### About this exercise
A word-for-word copy of the listing that follows is required.

### Record set
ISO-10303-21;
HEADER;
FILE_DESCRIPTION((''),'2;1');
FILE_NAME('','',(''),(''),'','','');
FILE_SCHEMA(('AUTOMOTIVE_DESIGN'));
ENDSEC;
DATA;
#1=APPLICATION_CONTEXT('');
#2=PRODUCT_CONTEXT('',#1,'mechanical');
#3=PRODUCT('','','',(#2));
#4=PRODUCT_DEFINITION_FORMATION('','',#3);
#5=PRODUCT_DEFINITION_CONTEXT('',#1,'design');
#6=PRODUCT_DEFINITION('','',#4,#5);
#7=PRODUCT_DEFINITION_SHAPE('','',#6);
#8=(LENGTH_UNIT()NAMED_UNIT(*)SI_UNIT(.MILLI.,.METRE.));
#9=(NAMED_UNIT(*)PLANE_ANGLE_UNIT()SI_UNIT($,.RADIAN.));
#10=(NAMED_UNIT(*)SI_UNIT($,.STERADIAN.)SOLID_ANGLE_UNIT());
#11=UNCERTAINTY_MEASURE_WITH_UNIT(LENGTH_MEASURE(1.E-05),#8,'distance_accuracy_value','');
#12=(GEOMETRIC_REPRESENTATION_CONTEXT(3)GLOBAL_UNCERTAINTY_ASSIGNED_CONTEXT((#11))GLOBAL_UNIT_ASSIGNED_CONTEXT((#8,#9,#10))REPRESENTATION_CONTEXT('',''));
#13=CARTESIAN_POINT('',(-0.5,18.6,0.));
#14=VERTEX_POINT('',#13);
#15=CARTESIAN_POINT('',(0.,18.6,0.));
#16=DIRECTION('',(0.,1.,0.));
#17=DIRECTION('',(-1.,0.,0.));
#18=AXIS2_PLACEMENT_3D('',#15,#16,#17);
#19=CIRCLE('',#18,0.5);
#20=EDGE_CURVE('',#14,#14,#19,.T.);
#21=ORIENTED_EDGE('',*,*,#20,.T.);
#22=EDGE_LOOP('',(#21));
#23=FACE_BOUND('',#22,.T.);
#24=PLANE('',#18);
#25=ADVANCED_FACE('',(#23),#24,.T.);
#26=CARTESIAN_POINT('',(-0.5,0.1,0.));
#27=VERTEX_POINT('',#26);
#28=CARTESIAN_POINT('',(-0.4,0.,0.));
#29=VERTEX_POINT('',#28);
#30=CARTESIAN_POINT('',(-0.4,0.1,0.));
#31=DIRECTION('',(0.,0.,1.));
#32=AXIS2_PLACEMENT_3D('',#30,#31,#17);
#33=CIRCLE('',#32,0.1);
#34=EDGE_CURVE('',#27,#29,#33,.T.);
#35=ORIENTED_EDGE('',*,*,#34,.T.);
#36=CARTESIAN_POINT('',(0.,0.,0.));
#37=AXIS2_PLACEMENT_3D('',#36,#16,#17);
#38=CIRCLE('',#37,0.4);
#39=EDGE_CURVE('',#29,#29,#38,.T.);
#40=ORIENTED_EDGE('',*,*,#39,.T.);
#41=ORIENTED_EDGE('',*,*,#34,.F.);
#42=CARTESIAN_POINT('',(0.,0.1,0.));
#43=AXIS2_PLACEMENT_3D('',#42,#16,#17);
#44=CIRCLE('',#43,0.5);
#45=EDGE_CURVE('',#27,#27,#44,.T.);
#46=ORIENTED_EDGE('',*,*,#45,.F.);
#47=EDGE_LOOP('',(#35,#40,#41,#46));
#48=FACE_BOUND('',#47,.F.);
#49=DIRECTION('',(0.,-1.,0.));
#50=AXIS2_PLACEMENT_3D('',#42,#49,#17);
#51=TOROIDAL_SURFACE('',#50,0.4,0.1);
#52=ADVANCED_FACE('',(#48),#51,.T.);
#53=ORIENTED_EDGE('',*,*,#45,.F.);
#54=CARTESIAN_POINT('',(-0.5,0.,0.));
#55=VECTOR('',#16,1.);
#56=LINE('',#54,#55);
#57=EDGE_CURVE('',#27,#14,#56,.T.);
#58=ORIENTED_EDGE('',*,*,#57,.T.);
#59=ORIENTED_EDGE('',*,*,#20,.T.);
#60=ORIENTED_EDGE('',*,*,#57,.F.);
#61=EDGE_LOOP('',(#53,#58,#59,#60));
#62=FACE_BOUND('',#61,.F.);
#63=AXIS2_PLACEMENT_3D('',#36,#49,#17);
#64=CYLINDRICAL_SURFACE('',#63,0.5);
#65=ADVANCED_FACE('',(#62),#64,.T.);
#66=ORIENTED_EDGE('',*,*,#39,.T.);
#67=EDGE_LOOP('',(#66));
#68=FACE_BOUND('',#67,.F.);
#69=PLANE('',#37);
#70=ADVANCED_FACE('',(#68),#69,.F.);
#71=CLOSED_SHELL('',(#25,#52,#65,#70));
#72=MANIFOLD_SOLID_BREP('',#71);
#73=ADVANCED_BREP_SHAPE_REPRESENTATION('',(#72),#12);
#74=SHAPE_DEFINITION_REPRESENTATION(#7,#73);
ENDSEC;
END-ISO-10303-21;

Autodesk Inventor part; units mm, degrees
ref_plane "YZ Plane" through (0, 0, 0) normal (1, 0, 0) x (0, 1, 0)
ref_plane "XZ Plane" through (0, 0, 0) normal (0, 1, 0) x (-1, 0, 0)
ref_plane "XY Plane" through (0, 0, 0) normal (0, 0, 1) x (1, 0, 0)
sketch "Esboço1" plane through (0, 0, 0) normal (0, 1, 0) x (-1, 0, 0)
  circle A0 centre (0, 0) radius 0.5
  dimension "d0" = 1
extrude "Extrusão1" add sketch "Esboço1" along normal blind 18.6
fillet "Arredondamento2" radius 0.1 1 edges at (0.5, 0, 0)
properties part number "Rotor"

### Task response
ISO-10303-21;
HEADER;
FILE_DESCRIPTION((''),'2;1');
FILE_NAME('','',(''),(''),'','','');
FILE_SCHEMA(('AUTOMOTIVE_DESIGN'));
ENDSEC;
DATA;
#1=APPLICATION_CONTEXT('');
#2=PRODUCT_CONTEXT('',#1,'mechanical');
#3=PRODUCT('','','',(#2));
#4=PRODUCT_DEFINITION_FORMATION('','',#3);
#5=PRODUCT_DEFINITION_CONTEXT('',#1,'design');
#6=PRODUCT_DEFINITION('','',#4,#5);
#7=PRODUCT_DEFINITION_SHAPE('','',#6);
#8=(LENGTH_UNIT()NAMED_UNIT(*)SI_UNIT(.MILLI.,.METRE.));
#9=(NAMED_UNIT(*)PLANE_ANGLE_UNIT()SI_UNIT($,.RADIAN.));
#10=(NAMED_UNIT(*)SI_UNIT($,.STERADIAN.)SOLID_ANGLE_UNIT());
#11=UNCERTAINTY_MEASURE_WITH_UNIT(LENGTH_MEASURE(1.E-05),#8,'distance_accuracy_value','');
#12=(GEOMETRIC_REPRESENTATION_CONTEXT(3)GLOBAL_UNCERTAINTY_ASSIGNED_CONTEXT((#11))GLOBAL_UNIT_ASSIGNED_CONTEXT((#8,#9,#10))REPRESENTATION_CONTEXT('',''));
#13=CARTESIAN_POINT('',(-0.5,18.6,0.));
#14=VERTEX_POINT('',#13);
#15=CARTESIAN_POINT('',(0.,18.6,0.));
#16=DIRECTION('',(0.,1.,0.));
#17=DIRECTION('',(-1.,0.,0.));
#18=AXIS2_PLACEMENT_3D('',#15,#16,#17);
#19=CIRCLE('',#18,0.5);
#20=EDGE_CURVE('',#14,#14,#19,.T.);
#21=ORIENTED_EDGE('',*,*,#20,.T.);
#22=EDGE_LOOP('',(#21));
#23=FACE_BOUND('',#22,.T.);
#24=PLANE('',#18);
#25=ADVANCED_FACE('',(#23),#24,.T.);
#26=CARTESIAN_POINT('',(-0.5,0.1,0.));
#27=VERTEX_POINT('',#26);
#28=CARTESIAN_POINT('',(-0.4,0.,0.));
#29=VERTEX_POINT('',#28);
#30=CARTESIAN_POINT('',(-0.4,0.1,0.));
#31=DIRECTION('',(0.,0.,1.));
#32=AXIS2_PLACEMENT_3D('',#30,#31,#17);
#33=CIRCLE('',#32,0.1);
#34=EDGE_CURVE('',#27,#29,#33,.T.);
#35=ORIENTED_EDGE('',*,*,#34,.T.);
#36=CARTESIAN_POINT('',(0.,0.,0.));
#37=AXIS2_PLACEMENT_3D('',#36,#16,#17);
#38=CIRCLE('',#37,0.4);
#39=EDGE_CURVE('',#29,#29,#38,.T.);
#40=ORIENTED_EDGE('',*,*,#39,.T.);
#41=ORIENTED_EDGE('',*,*,#34,.F.);
#42=CARTESIAN_POINT('',(0.,0.1,0.));
#43=AXIS2_PLACEMENT_3D('',#42,#16,#17);
#44=CIRCLE('',#43,0.5);
#45=EDGE_CURVE('',#27,#27,#44,.T.);
#46=ORIENTED_EDGE('',*,*,#45,.F.);
#47=EDGE_LOOP('',(#35,#40,#41,#46));
#48=FACE_BOUND('',#47,.F.);
#49=DIRECTION('',(0.,-1.,0.));
#50=AXIS2_PLACEMENT_3D('',#42,#49,#17);
#51=TOROIDAL_SURFACE('',#50,0.4,0.1);
#52=ADVANCED_FACE('',(#48),#51,.T.);
#53=ORIENTED_EDGE('',*,*,#45,.F.);
#54=CARTESIAN_POINT('',(-0.5,0.,0.));
#55=VECTOR('',#16,1.);
#56=LINE('',#54,#55);
#57=EDGE_CURVE('',#27,#14,#56,.T.);
#58=ORIENTED_EDGE('',*,*,#57,.T.);
#59=ORIENTED_EDGE('',*,*,#20,.T.);
#60=ORIENTED_EDGE('',*,*,#57,.F.);
#61=EDGE_LOOP('',(#53,#58,#59,#60));
#62=FACE_BOUND('',#61,.F.);
#63=AXIS2_PLACEMENT_3D('',#36,#49,#17);
#64=CYLINDRICAL_SURFACE('',#63,0.5);
#65=ADVANCED_FACE('',(#62),#64,.T.);
#66=ORIENTED_EDGE('',*,*,#39,.T.);
#67=EDGE_LOOP('',(#66));
#68=FACE_BOUND('',#67,.F.);
#69=PLANE('',#37);
#70=ADVANCED_FACE('',(#68),#69,.F.);
#71=CLOSED_SHELL('',(#25,#52,#65,#70));
#72=MANIFOLD_SOLID_BREP('',#71);
#73=ADVANCED_BREP_SHAPE_REPRESENTATION('',(#72),#12);
#74=SHAPE_DEFINITION_REPRESENTATION(#7,#73);
ENDSEC;
END-ISO-10303-21;

Autodesk Inventor part; units mm, degrees
ref_plane "YZ Plane" through (0, 0, 0) normal (1, 0, 0) x (0, 1, 0)
ref_plane "XZ Plane" through (0, 0, 0) normal (0, 1, 0) x (-1, 0, 0)
ref_plane "XY Plane" through (0, 0, 0) normal (0, 0, 1) x (1, 0, 0)
sketch "Esboço1" plane through (0, 0, 0) normal (0, 1, 0) x (-1, 0, 0)
  circle A0 centre (0, 0) radius 0.5
  dimension "d0" = 1
extrude "Extrusão1" add sketch "Esboço1" along normal blind 18.6
fillet "Arredondamento2" radius 0.1 1 edges at (0.5, 0, 0)
properties part number "Rotor"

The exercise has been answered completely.